La déclaration assure que “plus de 20 associations islamiques et chefs religieux” ont participé mercredi à la journée convoquée par la Ligue des Oulémas de l'Islam au Sénégal, avant de créer leur nouveau Front “qui sera une structure permanente de sentinelle”.
Dans le texte, avait été glissée une affirmation selon laquelle le prophète a dit “si vous trouvez les gens en train de pratiquer les pratiques du peuple de Loth, tuez-les”. “Ces paroles d'Allah et Hadiths du prophète nous obligent à réagir contre toutes attaques de l'Islam d'où qu'elles viennent”, ajoute le document. Aussitôt après, l'imam Mamadou Lamine Diop de Guédiawaye a publiquement souhaité la mort des homosexuels: “Ce sont des gens qui méritent d'être mis au ban de la société quitte même à ce qu'ils rejoignent le silence des cimetières, qu'ils soient tout simplement éliminés de la vie”.

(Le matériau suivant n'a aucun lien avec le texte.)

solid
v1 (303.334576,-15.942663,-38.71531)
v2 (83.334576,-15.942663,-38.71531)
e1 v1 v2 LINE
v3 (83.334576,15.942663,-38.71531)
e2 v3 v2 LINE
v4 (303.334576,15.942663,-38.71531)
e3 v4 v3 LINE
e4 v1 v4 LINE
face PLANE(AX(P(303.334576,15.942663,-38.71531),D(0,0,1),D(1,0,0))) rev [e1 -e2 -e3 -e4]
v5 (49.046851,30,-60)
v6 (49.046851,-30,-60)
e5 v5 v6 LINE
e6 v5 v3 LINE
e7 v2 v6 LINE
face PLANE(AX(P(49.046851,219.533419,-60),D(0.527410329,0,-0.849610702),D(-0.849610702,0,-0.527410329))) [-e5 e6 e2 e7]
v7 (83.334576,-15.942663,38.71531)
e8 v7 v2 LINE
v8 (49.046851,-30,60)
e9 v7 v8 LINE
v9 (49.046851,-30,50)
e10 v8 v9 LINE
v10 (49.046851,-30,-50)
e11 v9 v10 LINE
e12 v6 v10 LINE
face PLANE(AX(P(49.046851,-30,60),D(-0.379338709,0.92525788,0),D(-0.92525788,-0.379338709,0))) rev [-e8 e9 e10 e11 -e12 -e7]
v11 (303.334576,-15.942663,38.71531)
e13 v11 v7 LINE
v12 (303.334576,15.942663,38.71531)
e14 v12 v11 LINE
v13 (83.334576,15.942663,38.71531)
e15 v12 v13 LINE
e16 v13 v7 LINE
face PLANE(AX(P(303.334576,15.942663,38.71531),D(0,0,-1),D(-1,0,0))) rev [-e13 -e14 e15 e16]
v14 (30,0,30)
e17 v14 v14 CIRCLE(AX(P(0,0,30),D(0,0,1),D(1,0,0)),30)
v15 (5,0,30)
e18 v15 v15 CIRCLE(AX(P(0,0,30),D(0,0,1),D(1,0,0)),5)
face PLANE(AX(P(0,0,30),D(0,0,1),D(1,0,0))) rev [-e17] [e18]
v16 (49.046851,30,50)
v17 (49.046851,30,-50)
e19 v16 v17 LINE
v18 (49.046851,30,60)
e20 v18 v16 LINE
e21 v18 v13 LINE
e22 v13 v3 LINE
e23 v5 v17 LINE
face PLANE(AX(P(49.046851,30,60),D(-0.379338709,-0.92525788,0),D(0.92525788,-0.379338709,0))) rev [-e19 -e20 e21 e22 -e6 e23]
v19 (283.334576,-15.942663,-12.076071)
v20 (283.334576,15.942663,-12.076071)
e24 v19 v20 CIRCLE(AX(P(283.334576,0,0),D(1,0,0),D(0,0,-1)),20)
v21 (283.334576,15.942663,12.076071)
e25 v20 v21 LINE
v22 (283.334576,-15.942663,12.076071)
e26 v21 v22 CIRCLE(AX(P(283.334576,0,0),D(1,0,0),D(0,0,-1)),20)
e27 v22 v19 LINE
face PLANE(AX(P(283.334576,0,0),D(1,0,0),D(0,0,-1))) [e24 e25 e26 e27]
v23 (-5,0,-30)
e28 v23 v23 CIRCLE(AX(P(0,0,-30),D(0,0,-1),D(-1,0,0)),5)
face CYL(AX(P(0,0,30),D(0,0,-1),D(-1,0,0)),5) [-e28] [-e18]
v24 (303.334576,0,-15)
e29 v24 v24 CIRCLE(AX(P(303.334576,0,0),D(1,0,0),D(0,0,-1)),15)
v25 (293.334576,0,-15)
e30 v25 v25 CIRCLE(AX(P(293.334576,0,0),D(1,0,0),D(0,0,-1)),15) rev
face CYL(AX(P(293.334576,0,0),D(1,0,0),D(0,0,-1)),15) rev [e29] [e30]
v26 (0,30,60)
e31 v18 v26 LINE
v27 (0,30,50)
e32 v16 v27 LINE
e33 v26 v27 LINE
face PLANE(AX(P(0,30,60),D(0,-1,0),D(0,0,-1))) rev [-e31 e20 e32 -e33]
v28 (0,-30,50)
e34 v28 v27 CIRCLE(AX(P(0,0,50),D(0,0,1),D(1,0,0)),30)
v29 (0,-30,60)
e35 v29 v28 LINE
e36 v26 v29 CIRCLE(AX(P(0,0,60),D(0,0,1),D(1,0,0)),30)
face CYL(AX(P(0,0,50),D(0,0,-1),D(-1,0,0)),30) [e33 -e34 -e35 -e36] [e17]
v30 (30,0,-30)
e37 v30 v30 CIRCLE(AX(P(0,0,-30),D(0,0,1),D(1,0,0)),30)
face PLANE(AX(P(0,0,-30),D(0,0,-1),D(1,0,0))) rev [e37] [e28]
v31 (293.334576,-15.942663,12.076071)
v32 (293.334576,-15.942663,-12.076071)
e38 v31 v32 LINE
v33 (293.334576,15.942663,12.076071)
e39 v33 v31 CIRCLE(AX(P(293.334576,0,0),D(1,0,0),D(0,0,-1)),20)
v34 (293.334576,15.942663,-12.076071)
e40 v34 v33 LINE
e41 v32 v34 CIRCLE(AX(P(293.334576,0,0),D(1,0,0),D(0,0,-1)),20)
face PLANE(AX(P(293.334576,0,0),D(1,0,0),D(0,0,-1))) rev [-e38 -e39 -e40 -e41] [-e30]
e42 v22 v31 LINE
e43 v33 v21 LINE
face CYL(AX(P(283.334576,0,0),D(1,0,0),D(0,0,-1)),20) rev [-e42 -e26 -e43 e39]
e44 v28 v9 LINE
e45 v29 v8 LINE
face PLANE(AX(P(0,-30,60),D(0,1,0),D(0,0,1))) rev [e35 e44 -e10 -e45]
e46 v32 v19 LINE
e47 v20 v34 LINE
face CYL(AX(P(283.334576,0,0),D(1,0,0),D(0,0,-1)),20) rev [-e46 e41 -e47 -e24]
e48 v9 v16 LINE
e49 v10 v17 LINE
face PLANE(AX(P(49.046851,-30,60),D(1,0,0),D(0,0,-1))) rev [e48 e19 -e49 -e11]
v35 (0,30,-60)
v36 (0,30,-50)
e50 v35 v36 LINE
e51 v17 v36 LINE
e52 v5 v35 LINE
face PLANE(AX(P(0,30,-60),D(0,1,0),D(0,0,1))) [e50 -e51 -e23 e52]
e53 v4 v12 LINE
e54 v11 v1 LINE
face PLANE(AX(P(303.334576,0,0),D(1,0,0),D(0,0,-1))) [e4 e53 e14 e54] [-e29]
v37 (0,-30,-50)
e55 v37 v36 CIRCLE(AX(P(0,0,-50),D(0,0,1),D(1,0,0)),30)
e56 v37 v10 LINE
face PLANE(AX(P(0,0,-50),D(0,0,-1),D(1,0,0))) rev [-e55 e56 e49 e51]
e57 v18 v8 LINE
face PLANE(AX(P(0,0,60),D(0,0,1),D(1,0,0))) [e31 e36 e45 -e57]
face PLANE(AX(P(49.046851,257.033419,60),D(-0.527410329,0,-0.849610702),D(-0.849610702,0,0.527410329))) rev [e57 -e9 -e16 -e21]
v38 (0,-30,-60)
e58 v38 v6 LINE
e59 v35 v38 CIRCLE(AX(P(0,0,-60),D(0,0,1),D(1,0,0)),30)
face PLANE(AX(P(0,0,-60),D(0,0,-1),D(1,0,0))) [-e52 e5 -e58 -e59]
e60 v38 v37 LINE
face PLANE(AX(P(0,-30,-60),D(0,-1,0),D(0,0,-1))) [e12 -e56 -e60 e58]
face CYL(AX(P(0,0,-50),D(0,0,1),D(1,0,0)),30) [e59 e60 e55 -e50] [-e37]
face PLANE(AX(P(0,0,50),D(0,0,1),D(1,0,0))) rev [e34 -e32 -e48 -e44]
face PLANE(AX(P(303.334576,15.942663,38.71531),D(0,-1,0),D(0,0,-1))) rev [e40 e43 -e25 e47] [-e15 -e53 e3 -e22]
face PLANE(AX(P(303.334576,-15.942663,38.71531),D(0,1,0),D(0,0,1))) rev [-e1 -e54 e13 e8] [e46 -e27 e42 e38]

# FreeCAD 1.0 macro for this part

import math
import FreeCAD as App
import Part
import Sketcher

V = App.Vector

doc = App.newDocument("Part")
body = doc.addObject("PartDesign::Body", "Body")

# Sketch on XY plane
sketch1 = body.newObject("Sketcher::SketchObject", "Sketch")
sketch1.AttachmentSupport = (doc.getObject("XY_Plane"), [""])
sketch1.MapMode = "FlatFace"
sketch1.addGeometry(Part.Circle(V(0, 0, 0), V(0, 0, 1), 5), False)
sketch1.addConstraint([
    Sketcher.Constraint("Coincident", 0, 3, -1, 1),
    Sketcher.Constraint("Diameter", 0, 10.0),
])
pad1 = body.newObject("PartDesign::Pad", "Pad")
pad1.Profile = sketch1
pad1.Length = 60
pad1.Midplane = True

# Sketch on XY plane
sketch2 = body.newObject("Sketcher::SketchObject", "Sketch001")
sketch2.AttachmentSupport = (doc.getObject("XY_Plane"), [""])
sketch2.MapMode = "FlatFace"
sketch2.AttachmentOffset = App.Placement(V(0, 0, 30), App.Rotation())
sketch2.addGeometry(Part.Circle(V(0, 0, 0), V(0, 0, 1), 30), False)
sketch2.addConstraint([
    Sketcher.Constraint("Coincident", 0, 3, -1, 1),
    Sketcher.Constraint("Diameter", 0, 60.0),
])
pad2 = body.newObject("PartDesign::Pad", "Pad001")
pad2.Profile = sketch2
pad2.Length = 20
doc.recompute()

mirrored = body.newObject("PartDesign::Mirrored", "Mirrored")
mirrored.Originals = [pad2]
mirrored.MirrorPlane = (doc.getObject("XY_Plane"), [""])
body.Tip = mirrored

# Sketch on XY plane
sketch3 = body.newObject("Sketcher::SketchObject", "Sketch002")
sketch3.AttachmentSupport = (doc.getObject("XY_Plane"), [""])
sketch3.MapMode = "FlatFace"
sketch3.AttachmentOffset = App.Placement(V(0, 0, 50), App.Rotation())
sketch3.addGeometry([
    Part.LineSegment(V(49, -30, 0), V(49, 30, 0)),
    Part.LineSegment(V(49, 30, 0), V(0, 30, 0)),
    Part.ArcOfCircle(Part.Circle(V(0, 0, 0), V(0, 0, 1), 30), math.radians(90), math.radians(270)),
    Part.LineSegment(V(0, -30, 0), V(49, -30, 0)),
], False)
sketch3.addConstraint([
    Sketcher.Constraint("Coincident", 0, 2, 1, 1),
    Sketcher.Constraint("Tangent", 1, 2, 2, 1),
    Sketcher.Constraint("Tangent", 2, 2, 3, 1),
    Sketcher.Constraint("Coincident", 3, 2, 0, 1),
    Sketcher.Constraint("Vertical", 0),
    Sketcher.Constraint("Horizontal", 1),
    Sketcher.Constraint("Horizontal", 3),
    Sketcher.Constraint("Coincident", 2, 3, -1, 1),
    Sketcher.Constraint("Radius", 2, 30.0),
    Sketcher.Constraint("DistanceX", 1, 2, 1, 1, 49.046851),
])
pad3 = body.newObject("PartDesign::Pad", "Pad002")
pad3.Profile = sketch3
pad3.Length = 10
doc.recompute()

mirrored2 = body.newObject("PartDesign::Mirrored", "Mirrored001")
mirrored2.Originals = [pad3]
mirrored2.MirrorPlane = (doc.getObject("XY_Plane"), [""])
body.Tip = mirrored2

# Sketch on XY plane
sketch4 = body.newObject("Sketcher::SketchObject", "Sketch003")
sketch4.AttachmentSupport = (doc.getObject("XY_Plane"), [""])
sketch4.MapMode = "FlatFace"
sketch4.addGeometry([
    Part.LineSegment(V(49, 30, 0), V(49, -30, 0)),
    Part.LineSegment(V(49, -30, 0), V(83, -16, 0)),
    Part.LineSegment(V(83, -16, 0), V(83, 16, 0)),
    Part.LineSegment(V(83, 16, 0), V(49, 30, 0)),
], False)
sketch4.addConstraint([
    Sketcher.Constraint("Coincident", 0, 2, 1, 1),
    Sketcher.Constraint("Coincident", 1, 2, 2, 1),
    Sketcher.Constraint("Coincident", 2, 2, 3, 1),
    Sketcher.Constraint("Coincident", 3, 2, 0, 1),
    Sketcher.Constraint("Vertical", 0),
    Sketcher.Constraint("Vertical", 2),
    Sketcher.Constraint("Equal", 1, 3),
    Sketcher.Constraint("DistanceY", 0, 2, 0, 1, 60.0),
    Sketcher.Constraint("DistanceY", 0, 2, -1, 1, 30.0),
    Sketcher.Constraint("Distance", 1, 37.05748),
    Sketcher.Constraint("DistanceY", 2, 1, 2, 2, 31.885326),
    Sketcher.Constraint("DistanceX", -1, 1, 0, 2, 49.046851),
])
pad4 = body.newObject("PartDesign::Pad", "Pad003")
pad4.Profile = sketch4
pad4.Length = 120
pad4.Midplane = True

# Sketch on XZ plane
sketch5 = body.newObject("Sketcher::SketchObject", "Sketch004")
sketch5.AttachmentSupport = (doc.getObject("XZ_Plane"), [""])
sketch5.MapMode = "FlatFace"
sketch5.addGeometry([
    Part.LineSegment(V(-221, -227, 0), V(49, -60, 0)),  # 0
    Part.LineSegment(V(49, -60, 0), V(92, -33, 0)),  # 1
    Part.LineSegment(V(92, -33, 0), V(362, 134, 0)),  # 2
    Part.LineSegment(V(362, 134, 0), V(697, -405, 0)),  # 3
    Part.LineSegment(V(697, -405, 0), V(114, -767, 0)),  # 4
    Part.LineSegment(V(114, -767, 0), V(-221, -227, 0)),  # 5
], False)
sketch5.addConstraint([
    Sketcher.Constraint("Coincident", 0, 2, 1, 1),
    Sketcher.Constraint("Coincident", 1, 2, 2, 1),
    Sketcher.Constraint("Coincident", 2, 2, 3, 1),
    Sketcher.Constraint("Coincident", 3, 2, 4, 1),
    Sketcher.Constraint("Coincident", 4, 2, 5, 1),
    Sketcher.Constraint("Coincident", 5, 2, 0, 1),
    Sketcher.Constraint("Parallel", 0, 1),
    Sketcher.Constraint("Parallel", 1, 2),
    Sketcher.Constraint("Perpendicular", 2, 3),
    Sketcher.Constraint("Perpendicular", 3, 4),
    Sketcher.Constraint("Perpendicular", 4, 5),
    Sketcher.Constraint("Equal", 0, 2),
    Sketcher.Constraint("DistanceY", 0, 2, -1, 1, 60.0),
    Sketcher.Constraint("DistanceX", 1, 2, 3, 2, 604.502099),
    Sketcher.Constraint("Distance", 1, 50.839722),
    Sketcher.Constraint("Distance", 3, 634.837371),
    Sketcher.Constraint("DistanceX", -1, 1, 0, 2, 49.046851),
    Sketcher.Constraint("DistanceX", -1, 1, 3, 2, 696.742922),
])
pocket1 = body.newObject("PartDesign::Pocket", "Pocket")
pocket1.Profile = sketch5
pocket1.Length = 215.959357
pocket1.Midplane = True
doc.recompute()

mirrored3 = body.newObject("PartDesign::Mirrored", "Mirrored002")
mirrored3.Originals = [pocket1]
mirrored3.MirrorPlane = (doc.getObject("XY_Plane"), [""])
body.Tip = mirrored3

# Sketch on YZ plane
sketch6 = body.newObject("Sketcher::SketchObject", "Sketch005")
sketch6.AttachmentSupport = (doc.getObject("YZ_Plane"), [""])
sketch6.MapMode = "FlatFace"
sketch6.AttachmentOffset = App.Placement(V(0, 0, 83.334576), App.Rotation())
sketch6.addGeometry([
    Part.LineSegment(V(16, 39, 0), V(-16, 39, 0)),
    Part.LineSegment(V(-16, 39, 0), V(-16, -39, 0)),
    Part.LineSegment(V(-16, -39, 0), V(16, -39, 0)),
    Part.LineSegment(V(16, -39, 0), V(16, 39, 0)),
], False)
sketch6.addConstraint([
    Sketcher.Constraint("Coincident", 0, 2, 1, 1),
    Sketcher.Constraint("Coincident", 1, 2, 2, 1),
    Sketcher.Constraint("Coincident", 2, 2, 3, 1),
    Sketcher.Constraint("Coincident", 3, 2, 0, 1),
    Sketcher.Constraint("Horizontal", 0),
    Sketcher.Constraint("Vertical", 1),
    Sketcher.Constraint("Horizontal", 2),
    Sketcher.Constraint("Vertical", 3),
    Sketcher.Constraint("Symmetric", 0, 2, 2, 2, -1, 1),
    Sketcher.Constraint("DistanceY", 1, 2, 1, 1, 77.430619),
    Sketcher.Constraint("DistanceX", 0, 2, 0, 1, 31.885326),
])
pad5 = body.newObject("PartDesign::Pad", "Pad004")
pad5.Profile = sketch6
pad5.Length = 220

# Sketch on YZ plane
sketch7 = body.newObject("Sketcher::SketchObject", "Sketch006")
sketch7.AttachmentSupport = (doc.getObject("YZ_Plane"), [""])
sketch7.MapMode = "FlatFace"
sketch7.AttachmentOffset = App.Placement(V(0, 0, 303.334576), App.Rotation())
sketch7.addGeometry(Part.Circle(V(0, 0, 0), V(0, 0, 1), 15), False)
sketch7.addConstraint([
    Sketcher.Constraint("Coincident", 0, 3, -1, 1),
    Sketcher.Constraint("Diameter", 0, 30.0),
])
pocket2 = body.newObject("PartDesign::Pocket", "Pocket001")
pocket2.Profile = sketch7
pocket2.Length = 10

(http://www.tetu.com/actualites/international/senegal-les-islamistes-se-federent-contre-lhomosexualite-14556)
Cela ne s'arrange pas au Sénégal. Tant de haine et d'intolérance, cela dépasse l'entendement. Mais visiblement, la communauté internationale s'en fout royalement. Et pendant ce temps là, on pend les homos en Iran, en Irak, bientôt au Sénégal?
cordialement,
Ce qui est consternant c'est l'homophobie des religions. Pauvres croyants intolérants vous écoutez ceux qui manipulent les saintes écritures au gré de leur convenance quel sera votre étonnement lors du jugement dernier de finir dans les flammes de l'enfer.